Daunting challenges ahead for genetics: J. Craig Venter

By Tim Dean
Wednesday, 07 April, 2010

We're almost 10 years on from the joint announcement by J. Craig Venter and Francis Collins that the first human genome has been sequenced, and the science and technology of genomics has improved at breathtaking speed.

Yet today's genetics researchers still face tremendous challenges in pushing the field ahead, says Venter, writing in a special edition of Nature.

"The challenges facing researchers today are at least as daunting as those my colleagues and I faced a decade ago," he wrote.

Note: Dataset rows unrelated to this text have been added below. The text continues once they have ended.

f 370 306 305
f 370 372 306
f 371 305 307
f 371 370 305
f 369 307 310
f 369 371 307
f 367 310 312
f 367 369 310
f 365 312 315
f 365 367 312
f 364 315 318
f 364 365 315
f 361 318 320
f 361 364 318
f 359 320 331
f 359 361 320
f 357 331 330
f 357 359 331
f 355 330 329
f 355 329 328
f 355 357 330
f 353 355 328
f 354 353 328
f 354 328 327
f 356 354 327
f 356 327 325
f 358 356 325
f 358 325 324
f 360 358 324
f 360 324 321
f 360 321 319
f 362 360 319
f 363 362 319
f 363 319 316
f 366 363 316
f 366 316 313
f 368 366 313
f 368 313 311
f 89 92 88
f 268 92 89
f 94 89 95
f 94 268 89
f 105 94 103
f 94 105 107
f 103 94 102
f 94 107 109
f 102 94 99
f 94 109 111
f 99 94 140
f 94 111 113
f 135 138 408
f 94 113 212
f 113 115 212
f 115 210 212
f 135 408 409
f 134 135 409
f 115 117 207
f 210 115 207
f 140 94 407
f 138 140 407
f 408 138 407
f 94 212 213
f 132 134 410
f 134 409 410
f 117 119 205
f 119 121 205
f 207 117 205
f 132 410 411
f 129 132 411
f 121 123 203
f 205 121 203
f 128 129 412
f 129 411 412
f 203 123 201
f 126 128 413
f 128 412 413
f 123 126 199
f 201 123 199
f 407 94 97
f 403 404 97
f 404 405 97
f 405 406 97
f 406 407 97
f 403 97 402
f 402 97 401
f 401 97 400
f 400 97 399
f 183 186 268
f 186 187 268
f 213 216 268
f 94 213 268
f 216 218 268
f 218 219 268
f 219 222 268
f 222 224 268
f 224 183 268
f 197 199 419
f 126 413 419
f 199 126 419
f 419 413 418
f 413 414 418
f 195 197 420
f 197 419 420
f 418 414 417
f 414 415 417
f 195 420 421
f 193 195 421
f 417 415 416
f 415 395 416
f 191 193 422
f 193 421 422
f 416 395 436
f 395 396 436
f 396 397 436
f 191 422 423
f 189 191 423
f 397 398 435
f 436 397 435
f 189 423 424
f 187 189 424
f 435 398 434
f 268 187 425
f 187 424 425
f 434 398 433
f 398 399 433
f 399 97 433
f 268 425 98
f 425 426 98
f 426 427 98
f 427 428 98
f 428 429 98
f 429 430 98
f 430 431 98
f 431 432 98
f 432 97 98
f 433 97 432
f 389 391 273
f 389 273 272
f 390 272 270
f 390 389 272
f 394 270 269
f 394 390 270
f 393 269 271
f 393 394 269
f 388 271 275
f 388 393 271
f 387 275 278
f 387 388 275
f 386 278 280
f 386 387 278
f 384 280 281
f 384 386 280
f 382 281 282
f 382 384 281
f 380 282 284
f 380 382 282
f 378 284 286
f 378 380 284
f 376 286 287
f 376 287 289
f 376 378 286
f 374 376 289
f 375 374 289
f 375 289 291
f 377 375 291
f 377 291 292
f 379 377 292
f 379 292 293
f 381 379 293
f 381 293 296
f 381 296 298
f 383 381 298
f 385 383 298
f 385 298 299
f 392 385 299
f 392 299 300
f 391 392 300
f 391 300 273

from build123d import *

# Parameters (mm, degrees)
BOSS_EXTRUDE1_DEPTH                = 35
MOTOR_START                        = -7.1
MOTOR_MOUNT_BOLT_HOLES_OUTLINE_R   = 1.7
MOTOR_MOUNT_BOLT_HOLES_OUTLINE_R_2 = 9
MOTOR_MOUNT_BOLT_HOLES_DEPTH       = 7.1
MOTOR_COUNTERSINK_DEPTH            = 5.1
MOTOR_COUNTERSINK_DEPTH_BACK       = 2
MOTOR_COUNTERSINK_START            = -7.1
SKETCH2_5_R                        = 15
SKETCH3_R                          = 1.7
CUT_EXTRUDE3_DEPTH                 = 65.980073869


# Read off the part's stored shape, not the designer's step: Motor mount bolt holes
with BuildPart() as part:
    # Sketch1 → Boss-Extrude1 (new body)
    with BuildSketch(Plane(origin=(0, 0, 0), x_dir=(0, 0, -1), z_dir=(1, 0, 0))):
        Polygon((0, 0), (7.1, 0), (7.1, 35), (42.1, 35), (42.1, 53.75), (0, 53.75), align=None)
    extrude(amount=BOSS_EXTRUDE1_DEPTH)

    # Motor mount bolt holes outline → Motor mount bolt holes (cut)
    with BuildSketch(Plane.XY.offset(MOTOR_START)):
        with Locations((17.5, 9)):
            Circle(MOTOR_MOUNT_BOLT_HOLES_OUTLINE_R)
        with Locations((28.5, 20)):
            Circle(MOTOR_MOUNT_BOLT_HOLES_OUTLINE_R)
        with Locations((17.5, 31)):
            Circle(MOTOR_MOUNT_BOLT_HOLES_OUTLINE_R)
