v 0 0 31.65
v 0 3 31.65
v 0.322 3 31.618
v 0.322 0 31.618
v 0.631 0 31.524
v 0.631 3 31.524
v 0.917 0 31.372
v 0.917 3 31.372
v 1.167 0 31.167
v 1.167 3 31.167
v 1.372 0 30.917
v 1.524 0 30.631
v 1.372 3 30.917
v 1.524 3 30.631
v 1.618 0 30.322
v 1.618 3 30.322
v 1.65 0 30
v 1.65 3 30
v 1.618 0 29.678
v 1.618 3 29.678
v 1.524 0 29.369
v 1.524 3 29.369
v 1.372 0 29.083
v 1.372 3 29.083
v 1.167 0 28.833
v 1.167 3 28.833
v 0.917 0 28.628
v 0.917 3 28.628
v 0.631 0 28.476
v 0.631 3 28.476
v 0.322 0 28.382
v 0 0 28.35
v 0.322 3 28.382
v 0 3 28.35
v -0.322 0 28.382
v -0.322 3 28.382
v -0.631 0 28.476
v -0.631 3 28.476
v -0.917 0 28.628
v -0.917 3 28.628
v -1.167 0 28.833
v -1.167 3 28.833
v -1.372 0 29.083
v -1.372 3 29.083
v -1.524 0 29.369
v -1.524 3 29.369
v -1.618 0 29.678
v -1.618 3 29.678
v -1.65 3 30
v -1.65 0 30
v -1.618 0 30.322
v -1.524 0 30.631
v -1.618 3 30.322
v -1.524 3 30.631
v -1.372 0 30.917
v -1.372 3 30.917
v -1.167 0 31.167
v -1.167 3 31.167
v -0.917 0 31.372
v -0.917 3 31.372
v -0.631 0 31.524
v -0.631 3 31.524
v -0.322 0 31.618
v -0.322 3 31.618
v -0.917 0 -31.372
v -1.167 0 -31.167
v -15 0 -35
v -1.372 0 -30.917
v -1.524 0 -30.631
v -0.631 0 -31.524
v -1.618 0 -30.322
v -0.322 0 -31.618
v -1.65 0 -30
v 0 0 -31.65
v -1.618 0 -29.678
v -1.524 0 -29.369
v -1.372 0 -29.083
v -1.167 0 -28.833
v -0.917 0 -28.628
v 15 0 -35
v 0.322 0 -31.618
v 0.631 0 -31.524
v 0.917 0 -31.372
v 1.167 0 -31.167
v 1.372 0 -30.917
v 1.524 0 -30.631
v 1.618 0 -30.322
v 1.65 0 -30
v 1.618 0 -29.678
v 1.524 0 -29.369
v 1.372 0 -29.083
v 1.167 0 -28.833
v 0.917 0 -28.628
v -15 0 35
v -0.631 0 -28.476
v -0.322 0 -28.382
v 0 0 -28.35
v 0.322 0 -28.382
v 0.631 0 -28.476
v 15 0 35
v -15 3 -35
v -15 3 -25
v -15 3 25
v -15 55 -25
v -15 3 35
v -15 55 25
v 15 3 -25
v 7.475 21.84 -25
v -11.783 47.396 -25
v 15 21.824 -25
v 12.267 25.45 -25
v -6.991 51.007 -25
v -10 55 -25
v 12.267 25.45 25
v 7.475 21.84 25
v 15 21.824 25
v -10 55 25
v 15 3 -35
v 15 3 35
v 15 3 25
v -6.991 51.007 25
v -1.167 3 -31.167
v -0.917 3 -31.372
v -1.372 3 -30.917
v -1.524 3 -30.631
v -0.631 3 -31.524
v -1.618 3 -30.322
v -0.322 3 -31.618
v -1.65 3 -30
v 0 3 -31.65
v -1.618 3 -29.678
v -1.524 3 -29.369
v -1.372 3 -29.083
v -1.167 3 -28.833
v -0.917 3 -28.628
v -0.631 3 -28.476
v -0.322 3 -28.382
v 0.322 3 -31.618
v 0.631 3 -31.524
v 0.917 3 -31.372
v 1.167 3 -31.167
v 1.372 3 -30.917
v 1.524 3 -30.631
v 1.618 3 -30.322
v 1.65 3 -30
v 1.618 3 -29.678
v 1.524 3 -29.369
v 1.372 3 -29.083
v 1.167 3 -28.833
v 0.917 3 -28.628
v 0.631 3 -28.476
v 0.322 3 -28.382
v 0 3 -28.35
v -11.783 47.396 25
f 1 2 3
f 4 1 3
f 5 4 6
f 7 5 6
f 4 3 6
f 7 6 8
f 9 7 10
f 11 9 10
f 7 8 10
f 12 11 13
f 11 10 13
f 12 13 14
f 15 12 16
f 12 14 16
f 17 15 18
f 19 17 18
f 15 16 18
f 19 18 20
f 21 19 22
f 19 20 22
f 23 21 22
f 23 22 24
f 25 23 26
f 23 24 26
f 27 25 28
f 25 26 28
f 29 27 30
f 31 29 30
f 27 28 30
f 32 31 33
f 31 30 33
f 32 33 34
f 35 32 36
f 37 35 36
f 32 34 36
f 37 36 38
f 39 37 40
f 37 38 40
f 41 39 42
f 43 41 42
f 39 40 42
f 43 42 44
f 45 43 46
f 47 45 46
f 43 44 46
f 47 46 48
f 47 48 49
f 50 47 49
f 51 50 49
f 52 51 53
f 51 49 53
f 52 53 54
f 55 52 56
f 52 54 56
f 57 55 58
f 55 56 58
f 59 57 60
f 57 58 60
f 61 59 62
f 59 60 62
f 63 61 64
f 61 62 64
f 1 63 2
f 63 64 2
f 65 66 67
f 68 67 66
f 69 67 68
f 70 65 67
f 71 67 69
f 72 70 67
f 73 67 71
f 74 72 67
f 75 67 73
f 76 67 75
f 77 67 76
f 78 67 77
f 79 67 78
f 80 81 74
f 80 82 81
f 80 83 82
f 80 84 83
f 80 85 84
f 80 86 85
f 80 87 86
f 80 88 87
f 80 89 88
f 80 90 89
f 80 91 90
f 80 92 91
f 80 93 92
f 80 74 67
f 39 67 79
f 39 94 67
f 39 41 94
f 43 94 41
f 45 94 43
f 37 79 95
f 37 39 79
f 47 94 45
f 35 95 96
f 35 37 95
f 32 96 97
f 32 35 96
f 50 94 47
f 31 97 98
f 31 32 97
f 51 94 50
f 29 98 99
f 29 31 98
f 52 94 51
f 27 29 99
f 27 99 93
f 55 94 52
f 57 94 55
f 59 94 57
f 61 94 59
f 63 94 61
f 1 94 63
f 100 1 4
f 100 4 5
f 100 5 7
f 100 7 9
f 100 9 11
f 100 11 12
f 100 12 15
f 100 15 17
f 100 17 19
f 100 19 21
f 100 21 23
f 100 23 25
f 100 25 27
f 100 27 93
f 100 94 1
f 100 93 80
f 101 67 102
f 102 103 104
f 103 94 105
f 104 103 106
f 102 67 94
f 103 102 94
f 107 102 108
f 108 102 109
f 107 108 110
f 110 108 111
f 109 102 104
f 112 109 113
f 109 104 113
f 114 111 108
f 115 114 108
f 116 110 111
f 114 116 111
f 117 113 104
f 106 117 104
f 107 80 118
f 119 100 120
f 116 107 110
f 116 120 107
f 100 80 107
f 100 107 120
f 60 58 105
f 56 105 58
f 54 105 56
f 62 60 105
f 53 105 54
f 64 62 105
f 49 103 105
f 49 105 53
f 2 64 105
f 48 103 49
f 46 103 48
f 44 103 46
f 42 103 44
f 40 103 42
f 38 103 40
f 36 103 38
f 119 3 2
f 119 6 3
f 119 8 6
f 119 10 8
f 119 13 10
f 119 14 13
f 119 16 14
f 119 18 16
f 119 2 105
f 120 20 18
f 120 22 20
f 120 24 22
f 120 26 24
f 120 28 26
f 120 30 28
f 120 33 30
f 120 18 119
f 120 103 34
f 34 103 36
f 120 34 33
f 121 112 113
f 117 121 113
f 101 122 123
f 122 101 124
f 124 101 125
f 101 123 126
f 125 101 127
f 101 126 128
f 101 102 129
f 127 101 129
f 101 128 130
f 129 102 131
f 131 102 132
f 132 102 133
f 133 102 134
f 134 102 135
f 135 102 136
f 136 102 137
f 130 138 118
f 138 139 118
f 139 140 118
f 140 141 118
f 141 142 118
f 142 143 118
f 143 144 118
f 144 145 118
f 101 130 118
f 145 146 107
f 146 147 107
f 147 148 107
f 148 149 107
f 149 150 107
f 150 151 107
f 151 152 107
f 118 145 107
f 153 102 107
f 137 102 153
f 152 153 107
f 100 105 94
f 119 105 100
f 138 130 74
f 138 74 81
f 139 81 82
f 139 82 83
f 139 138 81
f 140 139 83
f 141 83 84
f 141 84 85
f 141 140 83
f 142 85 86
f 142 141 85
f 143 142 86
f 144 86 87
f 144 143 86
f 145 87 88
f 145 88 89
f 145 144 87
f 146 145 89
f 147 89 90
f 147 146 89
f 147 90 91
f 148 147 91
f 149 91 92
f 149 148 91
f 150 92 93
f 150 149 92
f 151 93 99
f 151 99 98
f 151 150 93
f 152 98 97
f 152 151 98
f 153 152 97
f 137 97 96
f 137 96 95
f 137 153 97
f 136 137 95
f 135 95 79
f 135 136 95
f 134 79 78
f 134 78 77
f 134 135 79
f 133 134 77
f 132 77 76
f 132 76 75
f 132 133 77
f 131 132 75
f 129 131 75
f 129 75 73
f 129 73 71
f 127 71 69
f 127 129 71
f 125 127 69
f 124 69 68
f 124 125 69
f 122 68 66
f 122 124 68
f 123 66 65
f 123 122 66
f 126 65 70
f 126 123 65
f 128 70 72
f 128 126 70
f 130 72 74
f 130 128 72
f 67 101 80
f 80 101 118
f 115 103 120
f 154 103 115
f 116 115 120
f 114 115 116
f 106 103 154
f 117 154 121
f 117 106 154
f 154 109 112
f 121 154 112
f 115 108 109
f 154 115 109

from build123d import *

# Parameters (mm, degrees)
EXTRUDE_1_DEPTH      = 25
EXTRUDE_1_DEPTH_BACK = 25
SKETCH_2_W           = 30
SKETCH_2_H           = 3
EXTRUDE_2_DEPTH      = 10
SKETCH_3_R           = 1.65
CUT_EXTRUDE_1_DEPTH  = 3


with BuildPart() as part:
    # 草图1 → 凸台-拉伸1 (new, two sides: drawn at the far end of the back side and taken through both)
    with BuildSketch(Plane.XY.offset(-EXTRUDE_1_DEPTH_BACK)):
        Polygon((-10, 55), (-15, 55), (-15, 0), (15, 0), (15, 21.823879459), (12.267155857, 25.450486128), (7.475342796, 21.839595989), (-11.782737945, 47.395932311), (-6.990924884, 51.00682245), align=None)
    extrude(amount=EXTRUDE_1_DEPTH + EXTRUDE_1_DEPTH_BACK)

    # 草图2 → 凸台-拉伸2 (add)
    with BuildSketch(Plane.XY.offset(25)):
        with Locations((0, 1.5)):
            Rectangle(SKETCH_2_W, SKETCH_2_H)
    extrude_2 = extrude(amount=EXTRUDE_2_DEPTH)

    # 草图3 → 切除-拉伸1 (cut)
    with BuildSketch(Plane(origin=(0, 3, 0), x_dir=(1, 0, 0), z_dir=(0, 1, 0))):
        with Locations(Location((0, -30, 0), (0, 0, 270))):
            Circle(SKETCH_3_R)
    cut_extrude_1 = extrude(amount=-CUT_EXTRUDE_1_DEPTH, mode=Mode.SUBTRACT)

    # 镜向1: 凸台-拉伸2, 切除-拉伸1 across plane
    add(extrude_2.mirror(Plane.XY))
    add(cut_extrude_1.mirror(Plane.XY), mode=Mode.SUBTRACT)


solid = part.part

One of great advances is the increase in speed and decrease in cost of producing a complete genome.

The publicly-funded Human Genome Project cost upwards of $US3 billion and took years to complete in a massive worldwide effort.

Just a decade later we have genome sequencing technology arriving on the market that can sequence a human genome for less than $US6,000 in just one day.

However, Venter warns that this speed comes at the cost of data quality. New sequencing technology performs very short reads - of around 100 base pairs at a time - compared to earlier, slower, technology that read from 500 to 900 base pairs per read.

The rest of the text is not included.